The divine food of the Most Holy Eucharist, then, only gives you the strength to accomplish what God wants to accomplish through you.  Divine food is for divine purposes.  In a similar way, prayer teaches us what God wants us to do with our lives, not how to get what we’re wanting from God.

Too often in our modern day, we Christians approach God from the perspective of a consumer culture, where God offers us bargains and deals.  We can be tempted to consider His grace to be a cash-back program for participating in the sacraments.  By contrast, John 6 is about Jesus sub-ordinating His whole Self—Flesh and Blood, soul and divinity—to His Spouse, the Church.  That Church includes you as one of her members.  These passages from the Word of God in John 6 become Flesh in the Holy Eucharist.  The strength of that Word made Flesh can helps each of us to nurture the spousal, nuptial bond with Christ.  This bond is unbreakable because the one Who has called us to that union with Him is Himself divine.  Yet we have to share wholeheartedly in it according to our own will.  That’s why each of us has to sacrifice her own will to the Will of God.

Easter 3-6

Friday of the Third Week of Easter

Friday of the Third Week of Easter
Acts 9:1-20  +  John 6:52-59

“For my Flesh is true food, and my Blood is true drink.”

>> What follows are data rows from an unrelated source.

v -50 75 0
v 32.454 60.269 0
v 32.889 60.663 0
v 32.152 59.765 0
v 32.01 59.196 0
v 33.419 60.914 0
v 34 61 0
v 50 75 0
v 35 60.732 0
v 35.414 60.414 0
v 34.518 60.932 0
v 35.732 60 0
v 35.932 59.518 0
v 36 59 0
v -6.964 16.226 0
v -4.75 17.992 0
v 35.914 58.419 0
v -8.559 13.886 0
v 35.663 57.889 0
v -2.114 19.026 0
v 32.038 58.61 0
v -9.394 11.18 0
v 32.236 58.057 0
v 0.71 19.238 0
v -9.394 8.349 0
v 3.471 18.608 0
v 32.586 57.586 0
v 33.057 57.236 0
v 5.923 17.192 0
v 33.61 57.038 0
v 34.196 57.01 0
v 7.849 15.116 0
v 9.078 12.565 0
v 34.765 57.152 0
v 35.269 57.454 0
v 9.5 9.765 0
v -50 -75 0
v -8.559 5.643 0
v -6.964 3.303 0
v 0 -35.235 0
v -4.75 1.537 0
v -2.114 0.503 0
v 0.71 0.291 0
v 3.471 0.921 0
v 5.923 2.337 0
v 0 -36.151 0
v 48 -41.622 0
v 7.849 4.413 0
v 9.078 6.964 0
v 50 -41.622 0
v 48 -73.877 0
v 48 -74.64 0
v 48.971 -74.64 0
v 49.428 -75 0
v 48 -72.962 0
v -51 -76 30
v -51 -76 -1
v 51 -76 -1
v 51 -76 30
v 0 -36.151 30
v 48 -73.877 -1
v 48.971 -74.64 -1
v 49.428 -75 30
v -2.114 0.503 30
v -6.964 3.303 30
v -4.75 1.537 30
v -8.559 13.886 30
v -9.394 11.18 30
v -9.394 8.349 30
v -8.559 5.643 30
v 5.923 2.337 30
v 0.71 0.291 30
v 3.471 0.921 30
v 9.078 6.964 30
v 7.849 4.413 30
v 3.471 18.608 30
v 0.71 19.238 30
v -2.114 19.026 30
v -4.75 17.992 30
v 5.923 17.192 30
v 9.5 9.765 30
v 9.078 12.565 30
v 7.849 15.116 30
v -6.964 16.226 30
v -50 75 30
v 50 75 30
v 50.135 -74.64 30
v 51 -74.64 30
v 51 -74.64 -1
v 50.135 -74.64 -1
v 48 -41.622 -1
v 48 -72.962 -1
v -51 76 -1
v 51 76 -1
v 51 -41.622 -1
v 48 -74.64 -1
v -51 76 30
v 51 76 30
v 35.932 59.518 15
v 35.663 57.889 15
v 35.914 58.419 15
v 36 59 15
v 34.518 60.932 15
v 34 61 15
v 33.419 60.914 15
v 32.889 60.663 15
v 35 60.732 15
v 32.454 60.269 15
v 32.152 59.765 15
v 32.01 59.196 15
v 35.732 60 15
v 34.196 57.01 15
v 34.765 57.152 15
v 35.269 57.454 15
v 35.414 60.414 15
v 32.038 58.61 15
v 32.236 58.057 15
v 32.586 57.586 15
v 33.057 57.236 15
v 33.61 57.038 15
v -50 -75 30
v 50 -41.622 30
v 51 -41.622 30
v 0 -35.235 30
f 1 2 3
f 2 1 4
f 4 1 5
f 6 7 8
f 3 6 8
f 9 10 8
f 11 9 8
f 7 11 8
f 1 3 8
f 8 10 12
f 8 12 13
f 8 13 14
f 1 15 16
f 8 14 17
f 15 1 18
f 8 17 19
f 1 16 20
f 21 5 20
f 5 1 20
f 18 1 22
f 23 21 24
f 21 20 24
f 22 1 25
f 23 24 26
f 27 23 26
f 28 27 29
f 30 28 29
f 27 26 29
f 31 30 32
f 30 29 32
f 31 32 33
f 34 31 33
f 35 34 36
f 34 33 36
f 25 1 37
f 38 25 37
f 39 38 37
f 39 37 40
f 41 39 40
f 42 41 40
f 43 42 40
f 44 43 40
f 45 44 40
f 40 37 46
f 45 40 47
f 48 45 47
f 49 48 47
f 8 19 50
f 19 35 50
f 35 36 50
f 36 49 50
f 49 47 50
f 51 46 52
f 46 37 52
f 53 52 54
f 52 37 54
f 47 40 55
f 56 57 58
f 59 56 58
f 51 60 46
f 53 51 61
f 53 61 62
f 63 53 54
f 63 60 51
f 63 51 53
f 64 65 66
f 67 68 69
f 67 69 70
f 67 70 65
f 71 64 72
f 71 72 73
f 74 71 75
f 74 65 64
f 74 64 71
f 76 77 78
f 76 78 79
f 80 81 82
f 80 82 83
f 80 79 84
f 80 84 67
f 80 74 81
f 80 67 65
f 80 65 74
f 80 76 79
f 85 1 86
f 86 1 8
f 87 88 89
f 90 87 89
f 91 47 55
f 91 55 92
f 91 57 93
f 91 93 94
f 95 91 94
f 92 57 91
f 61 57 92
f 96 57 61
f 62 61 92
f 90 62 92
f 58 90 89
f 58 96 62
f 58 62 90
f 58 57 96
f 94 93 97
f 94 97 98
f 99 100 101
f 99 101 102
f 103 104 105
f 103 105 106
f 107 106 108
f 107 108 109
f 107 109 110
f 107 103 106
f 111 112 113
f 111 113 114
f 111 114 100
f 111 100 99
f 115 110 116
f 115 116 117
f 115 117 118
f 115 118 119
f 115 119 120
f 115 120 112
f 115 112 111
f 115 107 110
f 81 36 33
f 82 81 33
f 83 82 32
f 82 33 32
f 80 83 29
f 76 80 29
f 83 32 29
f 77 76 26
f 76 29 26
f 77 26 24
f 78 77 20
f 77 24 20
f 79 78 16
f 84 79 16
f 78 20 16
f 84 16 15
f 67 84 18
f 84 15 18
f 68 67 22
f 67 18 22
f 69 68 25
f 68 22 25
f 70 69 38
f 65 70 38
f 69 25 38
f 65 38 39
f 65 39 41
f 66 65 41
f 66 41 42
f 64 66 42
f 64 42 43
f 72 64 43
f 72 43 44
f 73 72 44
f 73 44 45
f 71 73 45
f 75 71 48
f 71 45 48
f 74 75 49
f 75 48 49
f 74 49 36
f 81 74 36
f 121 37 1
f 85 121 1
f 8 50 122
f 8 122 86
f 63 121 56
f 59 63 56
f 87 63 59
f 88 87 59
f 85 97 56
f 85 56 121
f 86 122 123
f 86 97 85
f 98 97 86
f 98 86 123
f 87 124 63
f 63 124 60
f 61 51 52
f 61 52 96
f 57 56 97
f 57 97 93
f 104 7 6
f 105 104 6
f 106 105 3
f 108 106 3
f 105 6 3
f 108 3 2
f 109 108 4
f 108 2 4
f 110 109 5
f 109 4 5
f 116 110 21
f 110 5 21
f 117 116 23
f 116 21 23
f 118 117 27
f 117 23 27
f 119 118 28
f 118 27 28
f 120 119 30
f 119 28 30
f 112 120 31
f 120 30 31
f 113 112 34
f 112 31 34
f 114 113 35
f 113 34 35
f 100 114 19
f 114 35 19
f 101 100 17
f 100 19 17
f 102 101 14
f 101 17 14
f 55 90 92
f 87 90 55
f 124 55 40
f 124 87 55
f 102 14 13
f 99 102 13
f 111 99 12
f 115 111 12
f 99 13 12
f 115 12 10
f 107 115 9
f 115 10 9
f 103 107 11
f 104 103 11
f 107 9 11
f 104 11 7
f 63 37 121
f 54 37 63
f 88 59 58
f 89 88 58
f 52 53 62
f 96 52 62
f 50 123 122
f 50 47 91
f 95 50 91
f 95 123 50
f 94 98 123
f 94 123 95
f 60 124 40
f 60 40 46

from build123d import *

# Parameters (mm, degrees)
SKETCH_1_W           = 102
SKETCH_1_H           = 152
SKETCH_1_W_2         = 100
SKETCH_1_H_2         = 150
EXTRUDE_1_DEPTH      = 30
EXTRUDE_2_DEPTH      = 76
EXTRUDE_2_DEPTH_BACK = 76
SKETCH_2_W           = 102
SKETCH_2_H           = 1
SKETCH_3_R           = 9.5
EXTRUDE_3_DEPTH      = 30
EXTRUDE_4_DEPTH      = 15
SKETCH_6_W           = 31
SKETCH_6_H           = 33.017960066
CUT_EXTRUDE_1_DEPTH  = 3
EXTRUDE_5_DEPTH      = 31


with BuildPart() as part:
    # 草图1 → 凸台-拉伸1 (new body)
    with BuildSketch(Plane.XY):
        Rectangle(SKETCH_1_W, SKETCH_1_H)
        Rectangle(SKETCH_1_W_2, SKETCH_1_H_2, mode=Mode.SUBTRACT)
    extrude(amount=EXTRUDE_1_DEPTH)

    # 草图2 → 凸台-拉伸2 (add, two sides: drawn at the far end of the back side and taken through both)
    with BuildSketch(Plane(origin=(0, 0, 0), x_dir=(1, 0, 0), z_dir=(0, 1, 0)).offset(-EXTRUDE_2_DEPTH_BACK)):
        with Locations((0, 0.5)):
            Rectangle(SKETCH_2_W, SKETCH_2_H)
    extrude(amount=EXTRUDE_2_DEPTH + EXTRUDE_2_DEPTH_BACK)

    # 草图3 → 凸台-拉伸3 (add)
    with BuildSketch(Plane.XY):
        with Locations((0, 9.764589886)):
            Circle(SKETCH_3_R)
    extrude(amount=EXTRUDE_3_DEPTH)

    # 草图5 → 凸台-拉伸4 (add)
    with BuildSketch(Plane.XY):
        with BuildLine():
            ThreePointArc((36, 59), (35.414213562, 60.414213562), (34, 61))
            Line((34, 61), (34, 59))
            Line((34, 59), (36, 59))
        make_face()
        with BuildLine():
            Line((34, 59), (34, 61))
            ThreePointArc((34, 61), (32.585786438, 57.585786438), (36, 59))
            Line((36, 59), (34, 59))
        make_face()
    extrude(amount=EXTRUDE_4_DEPTH)

    # 草图6 → 切除-拉伸1 (cut)
    with BuildSketch(Plane(origin=(51, 0, 0), x_dir=(0, 0, -1), z_dir=(1, 0, 0))):
        with Locations((-14.5, -58.131256351)):
            Rectangle(SKETCH_6_W, SKETCH_6_H)
    extrude(amount=-CUT_EXTRUDE_1_DEPTH, mode=Mode.SUBTRACT)

    # 草图7 → 凸台-拉伸5 (add)
    with BuildSketch(Plane.XY.offset(30)):
        Polygon((49.826203417, -75.312750473), (51, -75.320118192), (0, -35.235410114), (0, -36.150616776), align=None)
    extrude(amount=-EXTRUDE_5_DEPTH)


solid = part.part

Jesus, like any good teacher, responds to the ignorance of those to whom he’s speaking.  The Jews quarreled among themselves, saying, “How can he give us his flesh to eat?”  Jesus replies not by saying that “eating his flesh” is just a figure of speech.

Instead, Jesus replies by saying, “if you do not eat the Flesh of the Son of Man and drink His Blood, you have no life in you. … For my Flesh is true food and my Blood is true drink.”

Jesus, at this point in the Gospel, does not offer this real bread and drink just yet.  He does not speak in the present tense, saying, “The bread I am giving you is my flesh.”  Instead, He speaks of the future:  “The bread I will give is my flesh, for the life of the world.”

Jesus gave His Flesh and Blood for us on the Cross on Good Friday.  But He established the Sacrifice of the Mass on the night before He died.  We know the truth that we must be like Christ to truly live.  But we cannot imitate Christ through sheer will-power.  We must be nourished by God Himself.  Only when He dwells within you can you live your life as He led His:  or more accurately, can He live His life in you.

At the Last Supper, with His apostles, He prepared a banquet for those who would follow Him to the Cross.  We cannot separate the Eucharist and the Cross.  The Eucharist is not for us and our plans.  The Eucharist is to strengthen us for accomplishing God’s holy and providential Will.